Re: [Xen-users] ATI VGA Passthrough / Xen 4.2 / Linux 3.8.10

On Mon, 13 May 2013 09:49:54 -0400, Andrew Bobulsky <rulerof@xxxxxxxxx> wrote:
Top posting :P

Hello Gordan, Casey,

I hope you've had a good weekend.  I got back to my project this
morning; I decided to shove one of my 5850's into my board to see if I
could get it to work...

I've had this Windows DomU running, with GPLPV drivers, for a few
hours now.  Performance is excellent.  I'm using the 5850
passed-through as a PCIe device.  One of my 6990s is also plugged in,
and it's being used by Dom0.  Comically, I've got the better monitor
plugged into my Dom0's card because this 5850 lacks mini displayport

So a dual GPU passthrough didn't work for you, but a single GPU
secondary passthrough, as is most commonly used, works fine? I'm
happy for you. Glad to hear that it's the dualness of the GPU that
was foiling your previous attempts.

I also can't get gfx_passthru=1 to work.  Nothing happens other than
an SDL window claiming to be a Serial console showing up on my Dom0's
screen.  I even have the 5850 set up as my BIOS's primary video card.
Oh well :)

I _think_ that could be because it is trying to pass through the
host's primary GPU as the primary GPU for the domU. Isn't that the
way it is supposed to work?

You could try setting up your X on the secondary GPU, and pass the
primary through with gfx_passthru=1 and see what happens.

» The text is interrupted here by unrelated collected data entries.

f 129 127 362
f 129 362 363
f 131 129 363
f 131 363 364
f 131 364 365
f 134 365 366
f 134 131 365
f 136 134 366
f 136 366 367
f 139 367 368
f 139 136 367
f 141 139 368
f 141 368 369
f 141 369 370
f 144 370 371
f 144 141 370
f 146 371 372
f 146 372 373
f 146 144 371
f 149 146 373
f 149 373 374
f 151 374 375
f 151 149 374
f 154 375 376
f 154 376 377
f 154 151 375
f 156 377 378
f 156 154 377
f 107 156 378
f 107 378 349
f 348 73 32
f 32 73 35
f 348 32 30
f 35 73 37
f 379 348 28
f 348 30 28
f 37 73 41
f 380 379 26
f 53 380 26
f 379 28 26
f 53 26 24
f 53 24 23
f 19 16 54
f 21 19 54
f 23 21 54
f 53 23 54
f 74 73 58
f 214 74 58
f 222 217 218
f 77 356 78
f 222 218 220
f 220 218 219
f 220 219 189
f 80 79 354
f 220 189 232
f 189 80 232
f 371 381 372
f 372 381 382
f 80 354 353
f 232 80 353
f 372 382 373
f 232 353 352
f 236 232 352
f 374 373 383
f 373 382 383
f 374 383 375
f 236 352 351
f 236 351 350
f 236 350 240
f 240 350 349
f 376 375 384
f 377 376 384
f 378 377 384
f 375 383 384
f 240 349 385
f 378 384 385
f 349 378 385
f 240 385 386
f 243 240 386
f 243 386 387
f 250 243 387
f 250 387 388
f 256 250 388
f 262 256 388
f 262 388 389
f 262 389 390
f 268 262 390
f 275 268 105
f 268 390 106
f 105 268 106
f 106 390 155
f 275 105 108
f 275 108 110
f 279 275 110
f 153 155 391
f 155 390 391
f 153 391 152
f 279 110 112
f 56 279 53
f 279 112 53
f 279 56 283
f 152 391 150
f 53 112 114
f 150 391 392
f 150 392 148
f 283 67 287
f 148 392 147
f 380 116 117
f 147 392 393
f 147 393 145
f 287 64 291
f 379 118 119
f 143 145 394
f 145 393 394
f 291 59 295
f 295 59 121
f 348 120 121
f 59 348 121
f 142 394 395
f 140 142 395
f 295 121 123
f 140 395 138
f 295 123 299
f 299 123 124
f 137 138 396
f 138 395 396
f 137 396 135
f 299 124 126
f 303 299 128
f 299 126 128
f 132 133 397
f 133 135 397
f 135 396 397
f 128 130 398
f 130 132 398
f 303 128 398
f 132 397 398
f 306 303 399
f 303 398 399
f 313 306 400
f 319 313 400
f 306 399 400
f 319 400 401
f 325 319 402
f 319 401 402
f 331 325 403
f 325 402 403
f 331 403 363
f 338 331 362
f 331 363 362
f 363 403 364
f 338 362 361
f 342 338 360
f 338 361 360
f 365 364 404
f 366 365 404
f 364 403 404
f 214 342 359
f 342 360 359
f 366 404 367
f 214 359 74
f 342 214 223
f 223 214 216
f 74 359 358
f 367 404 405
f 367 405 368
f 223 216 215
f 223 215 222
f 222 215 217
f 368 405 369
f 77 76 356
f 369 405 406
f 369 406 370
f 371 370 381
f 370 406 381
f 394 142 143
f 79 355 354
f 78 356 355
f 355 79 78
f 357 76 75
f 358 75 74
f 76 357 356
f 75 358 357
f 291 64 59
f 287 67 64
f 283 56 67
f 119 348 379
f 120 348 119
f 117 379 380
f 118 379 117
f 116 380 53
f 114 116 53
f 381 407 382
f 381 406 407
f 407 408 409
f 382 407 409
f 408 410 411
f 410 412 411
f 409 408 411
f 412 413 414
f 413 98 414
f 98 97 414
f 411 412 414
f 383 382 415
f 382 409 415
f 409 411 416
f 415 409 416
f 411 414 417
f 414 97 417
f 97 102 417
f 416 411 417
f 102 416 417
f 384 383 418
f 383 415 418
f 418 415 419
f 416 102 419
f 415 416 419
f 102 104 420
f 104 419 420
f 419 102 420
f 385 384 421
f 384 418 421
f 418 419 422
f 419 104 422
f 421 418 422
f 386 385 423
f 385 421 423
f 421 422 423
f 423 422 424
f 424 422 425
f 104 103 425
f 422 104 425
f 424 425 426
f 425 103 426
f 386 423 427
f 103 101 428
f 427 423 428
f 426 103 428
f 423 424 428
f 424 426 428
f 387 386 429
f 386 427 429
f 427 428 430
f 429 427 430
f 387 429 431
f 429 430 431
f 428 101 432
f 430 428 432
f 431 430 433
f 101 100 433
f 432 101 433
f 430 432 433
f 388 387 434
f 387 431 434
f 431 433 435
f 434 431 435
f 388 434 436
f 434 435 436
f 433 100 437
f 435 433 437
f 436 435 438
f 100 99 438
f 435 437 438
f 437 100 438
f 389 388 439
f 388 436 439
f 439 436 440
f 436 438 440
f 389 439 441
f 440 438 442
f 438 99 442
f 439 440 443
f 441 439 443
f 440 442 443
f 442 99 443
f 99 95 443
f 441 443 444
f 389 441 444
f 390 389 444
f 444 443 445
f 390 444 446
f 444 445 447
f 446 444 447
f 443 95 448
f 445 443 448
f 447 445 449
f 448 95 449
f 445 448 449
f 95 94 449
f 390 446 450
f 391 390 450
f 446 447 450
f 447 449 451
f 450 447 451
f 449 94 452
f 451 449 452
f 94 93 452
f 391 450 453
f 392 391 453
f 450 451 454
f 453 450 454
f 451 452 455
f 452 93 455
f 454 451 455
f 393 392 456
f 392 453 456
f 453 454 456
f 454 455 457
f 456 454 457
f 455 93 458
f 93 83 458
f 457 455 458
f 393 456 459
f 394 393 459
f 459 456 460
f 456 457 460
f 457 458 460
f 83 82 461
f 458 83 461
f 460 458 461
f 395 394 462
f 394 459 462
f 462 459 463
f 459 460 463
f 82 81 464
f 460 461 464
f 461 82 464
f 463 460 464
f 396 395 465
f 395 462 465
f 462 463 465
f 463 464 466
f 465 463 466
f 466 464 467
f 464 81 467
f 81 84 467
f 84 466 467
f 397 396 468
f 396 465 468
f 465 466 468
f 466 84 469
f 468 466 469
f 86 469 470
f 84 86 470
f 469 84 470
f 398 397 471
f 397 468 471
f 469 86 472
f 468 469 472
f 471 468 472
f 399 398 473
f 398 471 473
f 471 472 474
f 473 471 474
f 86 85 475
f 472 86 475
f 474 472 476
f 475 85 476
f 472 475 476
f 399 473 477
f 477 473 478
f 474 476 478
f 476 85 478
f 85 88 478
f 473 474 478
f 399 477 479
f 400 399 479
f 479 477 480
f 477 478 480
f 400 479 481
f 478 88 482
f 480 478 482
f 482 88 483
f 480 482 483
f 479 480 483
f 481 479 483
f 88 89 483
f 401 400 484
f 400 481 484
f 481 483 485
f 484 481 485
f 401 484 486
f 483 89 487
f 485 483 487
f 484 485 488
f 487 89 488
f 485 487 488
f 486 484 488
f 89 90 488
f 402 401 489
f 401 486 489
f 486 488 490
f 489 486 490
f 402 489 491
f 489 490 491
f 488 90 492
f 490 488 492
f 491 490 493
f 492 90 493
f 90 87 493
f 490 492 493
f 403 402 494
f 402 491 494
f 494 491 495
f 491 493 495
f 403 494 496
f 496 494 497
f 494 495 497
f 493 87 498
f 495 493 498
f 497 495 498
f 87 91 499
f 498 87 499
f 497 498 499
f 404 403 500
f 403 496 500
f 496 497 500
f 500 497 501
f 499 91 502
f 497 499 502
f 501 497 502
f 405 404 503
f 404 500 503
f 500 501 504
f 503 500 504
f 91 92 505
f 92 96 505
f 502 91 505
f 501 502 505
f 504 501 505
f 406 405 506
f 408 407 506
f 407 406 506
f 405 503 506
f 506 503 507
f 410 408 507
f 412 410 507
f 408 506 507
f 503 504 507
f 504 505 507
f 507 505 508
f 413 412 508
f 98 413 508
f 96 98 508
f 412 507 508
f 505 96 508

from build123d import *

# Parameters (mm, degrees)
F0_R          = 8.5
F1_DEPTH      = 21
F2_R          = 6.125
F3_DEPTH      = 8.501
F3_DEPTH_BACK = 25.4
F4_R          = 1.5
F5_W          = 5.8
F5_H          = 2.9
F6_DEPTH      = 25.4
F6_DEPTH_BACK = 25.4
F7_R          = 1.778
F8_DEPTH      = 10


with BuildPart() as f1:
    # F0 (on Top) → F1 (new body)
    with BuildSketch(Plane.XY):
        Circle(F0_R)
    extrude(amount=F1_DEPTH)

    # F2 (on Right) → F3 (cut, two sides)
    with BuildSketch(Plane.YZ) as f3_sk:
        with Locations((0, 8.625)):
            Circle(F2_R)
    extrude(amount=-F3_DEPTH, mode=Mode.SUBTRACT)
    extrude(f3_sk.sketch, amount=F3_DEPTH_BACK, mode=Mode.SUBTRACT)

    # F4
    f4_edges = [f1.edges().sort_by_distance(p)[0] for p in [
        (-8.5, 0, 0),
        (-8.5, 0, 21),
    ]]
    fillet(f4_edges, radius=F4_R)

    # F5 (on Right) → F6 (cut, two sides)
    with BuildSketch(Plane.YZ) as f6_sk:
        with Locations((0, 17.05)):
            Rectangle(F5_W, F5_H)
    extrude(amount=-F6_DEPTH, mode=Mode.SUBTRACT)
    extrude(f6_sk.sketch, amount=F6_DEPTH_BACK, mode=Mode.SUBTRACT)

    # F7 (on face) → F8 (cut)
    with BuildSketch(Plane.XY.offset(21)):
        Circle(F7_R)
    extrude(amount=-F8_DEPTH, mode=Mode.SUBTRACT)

Gordan, I'm going to poke through your other email later and see if I
can present some information to help you line up any of your
suspicions.  Given the way things have gone for me---and I've
basically duplicated as much of your and Casey's setups as humanly
possible here---I've got to believe the problem here is ACS, or
something related to it.  I can even reboot this VM and the card just
keeps on working.

What bothers me is that ACS is purely a security feature, not a
functionality feature.

On another note, should we retire this thread soon?  It's getting a
bit long and I don't want to discourage any future googlers, nor get
too off topic :P

We could start a new one, I guess? Or perhaps take it to xen-devel
as if it continues it is likely to get low-level and debug-y.

The main thing that bothers me at the moment is that it _looks_
like my 5520 PCIe bridge
(as in: 5520 PCIe bridge -> NF200 PCIe router -> VGA)

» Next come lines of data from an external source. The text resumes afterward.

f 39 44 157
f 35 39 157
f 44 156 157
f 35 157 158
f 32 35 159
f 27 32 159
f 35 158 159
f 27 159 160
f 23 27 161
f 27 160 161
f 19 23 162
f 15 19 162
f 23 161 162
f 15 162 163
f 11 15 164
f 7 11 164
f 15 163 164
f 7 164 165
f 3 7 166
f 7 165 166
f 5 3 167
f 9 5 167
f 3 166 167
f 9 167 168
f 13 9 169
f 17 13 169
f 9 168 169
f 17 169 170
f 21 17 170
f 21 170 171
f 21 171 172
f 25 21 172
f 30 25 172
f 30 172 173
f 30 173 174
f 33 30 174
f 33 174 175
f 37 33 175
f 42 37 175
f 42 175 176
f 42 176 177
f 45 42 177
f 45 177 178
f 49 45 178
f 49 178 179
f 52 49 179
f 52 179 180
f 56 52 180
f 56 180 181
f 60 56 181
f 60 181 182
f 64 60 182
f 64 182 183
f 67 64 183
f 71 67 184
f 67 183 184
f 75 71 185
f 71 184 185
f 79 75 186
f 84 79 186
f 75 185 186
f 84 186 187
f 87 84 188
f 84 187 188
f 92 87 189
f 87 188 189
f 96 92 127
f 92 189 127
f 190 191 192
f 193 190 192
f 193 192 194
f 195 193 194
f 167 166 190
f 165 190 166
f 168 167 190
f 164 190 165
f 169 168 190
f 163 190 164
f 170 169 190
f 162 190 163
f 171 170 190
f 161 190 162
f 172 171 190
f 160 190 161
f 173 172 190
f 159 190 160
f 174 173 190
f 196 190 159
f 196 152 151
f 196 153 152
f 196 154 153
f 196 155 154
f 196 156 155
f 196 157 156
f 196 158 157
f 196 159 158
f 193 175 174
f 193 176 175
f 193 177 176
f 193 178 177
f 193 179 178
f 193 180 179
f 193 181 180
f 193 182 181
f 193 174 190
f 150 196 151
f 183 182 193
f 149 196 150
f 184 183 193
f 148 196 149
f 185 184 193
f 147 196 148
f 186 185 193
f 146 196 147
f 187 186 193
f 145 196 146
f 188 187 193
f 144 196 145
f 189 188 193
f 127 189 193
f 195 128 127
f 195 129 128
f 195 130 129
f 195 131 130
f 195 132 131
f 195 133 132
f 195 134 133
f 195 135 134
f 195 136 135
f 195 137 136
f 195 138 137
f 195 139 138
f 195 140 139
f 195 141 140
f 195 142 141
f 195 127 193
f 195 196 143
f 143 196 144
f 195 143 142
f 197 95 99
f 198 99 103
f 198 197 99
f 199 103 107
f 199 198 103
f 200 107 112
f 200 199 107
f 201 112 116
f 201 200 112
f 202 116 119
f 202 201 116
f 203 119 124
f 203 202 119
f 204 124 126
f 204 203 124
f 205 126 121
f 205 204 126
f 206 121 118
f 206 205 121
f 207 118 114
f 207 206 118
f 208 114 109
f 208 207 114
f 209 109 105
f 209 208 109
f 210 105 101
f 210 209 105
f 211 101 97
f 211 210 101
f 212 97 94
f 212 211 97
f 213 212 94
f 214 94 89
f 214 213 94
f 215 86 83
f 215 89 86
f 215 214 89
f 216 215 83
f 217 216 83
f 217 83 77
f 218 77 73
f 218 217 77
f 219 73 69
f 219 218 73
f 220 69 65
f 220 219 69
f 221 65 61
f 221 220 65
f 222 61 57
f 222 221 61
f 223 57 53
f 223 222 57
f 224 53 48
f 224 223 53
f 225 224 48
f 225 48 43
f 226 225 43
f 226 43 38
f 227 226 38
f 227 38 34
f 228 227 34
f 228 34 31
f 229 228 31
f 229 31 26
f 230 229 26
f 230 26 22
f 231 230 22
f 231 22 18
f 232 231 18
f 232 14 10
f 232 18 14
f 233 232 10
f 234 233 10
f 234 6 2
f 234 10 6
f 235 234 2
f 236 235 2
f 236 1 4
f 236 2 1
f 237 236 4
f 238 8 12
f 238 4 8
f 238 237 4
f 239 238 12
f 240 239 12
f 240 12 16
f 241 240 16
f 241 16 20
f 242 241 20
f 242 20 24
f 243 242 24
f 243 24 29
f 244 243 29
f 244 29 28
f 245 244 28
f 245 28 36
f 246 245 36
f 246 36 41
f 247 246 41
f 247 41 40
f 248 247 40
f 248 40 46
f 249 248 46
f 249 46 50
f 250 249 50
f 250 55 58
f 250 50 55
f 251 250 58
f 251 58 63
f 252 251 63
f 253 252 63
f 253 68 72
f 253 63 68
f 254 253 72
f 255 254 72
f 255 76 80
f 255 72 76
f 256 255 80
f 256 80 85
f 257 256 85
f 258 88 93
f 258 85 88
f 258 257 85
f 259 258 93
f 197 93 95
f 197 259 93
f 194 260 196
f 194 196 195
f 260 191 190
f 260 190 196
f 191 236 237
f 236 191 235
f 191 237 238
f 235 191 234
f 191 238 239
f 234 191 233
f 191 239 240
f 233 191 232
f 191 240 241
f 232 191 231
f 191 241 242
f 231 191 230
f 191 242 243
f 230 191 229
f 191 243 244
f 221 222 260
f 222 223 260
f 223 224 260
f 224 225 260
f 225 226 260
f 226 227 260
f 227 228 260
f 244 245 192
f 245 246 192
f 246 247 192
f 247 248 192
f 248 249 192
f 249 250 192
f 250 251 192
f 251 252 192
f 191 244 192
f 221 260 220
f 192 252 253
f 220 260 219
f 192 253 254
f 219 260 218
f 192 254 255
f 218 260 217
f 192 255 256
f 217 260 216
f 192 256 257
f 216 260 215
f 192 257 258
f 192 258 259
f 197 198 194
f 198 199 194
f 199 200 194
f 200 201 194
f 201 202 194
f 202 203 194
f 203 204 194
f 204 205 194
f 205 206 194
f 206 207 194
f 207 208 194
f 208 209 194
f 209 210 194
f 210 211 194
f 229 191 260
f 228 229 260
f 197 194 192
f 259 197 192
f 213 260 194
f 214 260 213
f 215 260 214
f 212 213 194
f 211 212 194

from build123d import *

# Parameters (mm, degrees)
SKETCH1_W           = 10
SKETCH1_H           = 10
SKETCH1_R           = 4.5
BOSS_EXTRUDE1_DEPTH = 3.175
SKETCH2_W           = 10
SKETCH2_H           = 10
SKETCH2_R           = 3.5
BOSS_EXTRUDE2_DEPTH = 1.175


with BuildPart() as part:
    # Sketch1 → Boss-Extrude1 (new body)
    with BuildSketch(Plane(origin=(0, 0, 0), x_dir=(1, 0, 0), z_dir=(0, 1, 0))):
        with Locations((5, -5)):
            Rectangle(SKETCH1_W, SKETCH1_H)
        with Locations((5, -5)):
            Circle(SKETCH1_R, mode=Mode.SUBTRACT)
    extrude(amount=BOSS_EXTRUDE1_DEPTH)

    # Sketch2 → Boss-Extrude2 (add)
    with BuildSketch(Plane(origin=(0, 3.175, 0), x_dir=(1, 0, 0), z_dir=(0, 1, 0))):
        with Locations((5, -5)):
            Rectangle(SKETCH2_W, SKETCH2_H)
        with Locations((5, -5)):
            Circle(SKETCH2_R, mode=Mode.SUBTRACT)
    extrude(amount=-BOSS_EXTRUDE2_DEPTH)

clearly starts reporting uncorrected errors on the PCIe bus when
the GPU passthrough starts to go wrong that the GPU crashes in
the domU and takes the domU down with it.

1) This clearly doesn't happen with bare metal, so there is
something happening with the low-level hypervisor interraction
that seems to be resulting in corrupt data being sent down the
PCIe bus.

2) This doesn't seem to happen in simple 3D applications. For
example, I can run OCCT GPU test full screen or furmark in a window
for hours without any issues, but as soon as I fire up a game
it all goes wrong in very short order. The Quadro case is
horribly intermittent, but the ATI behaves very predictably.
It always tends to crash at exactly the same point, which
leads me to think there is a very specific, very particular thing
the domU tries to do that leads to everything falling apart.

If only I could figure out _what_ that particular something
is, I might actually stand a chance of doing something
about it (hence why I was talking about taking PCIe
capture dumps, but I imagine this is going to be akin to
looking through several GBs of wireshark logs, i.e.
boring, time consuming, labour intensive, and without any
a-priori promise that it will yield any useful findings.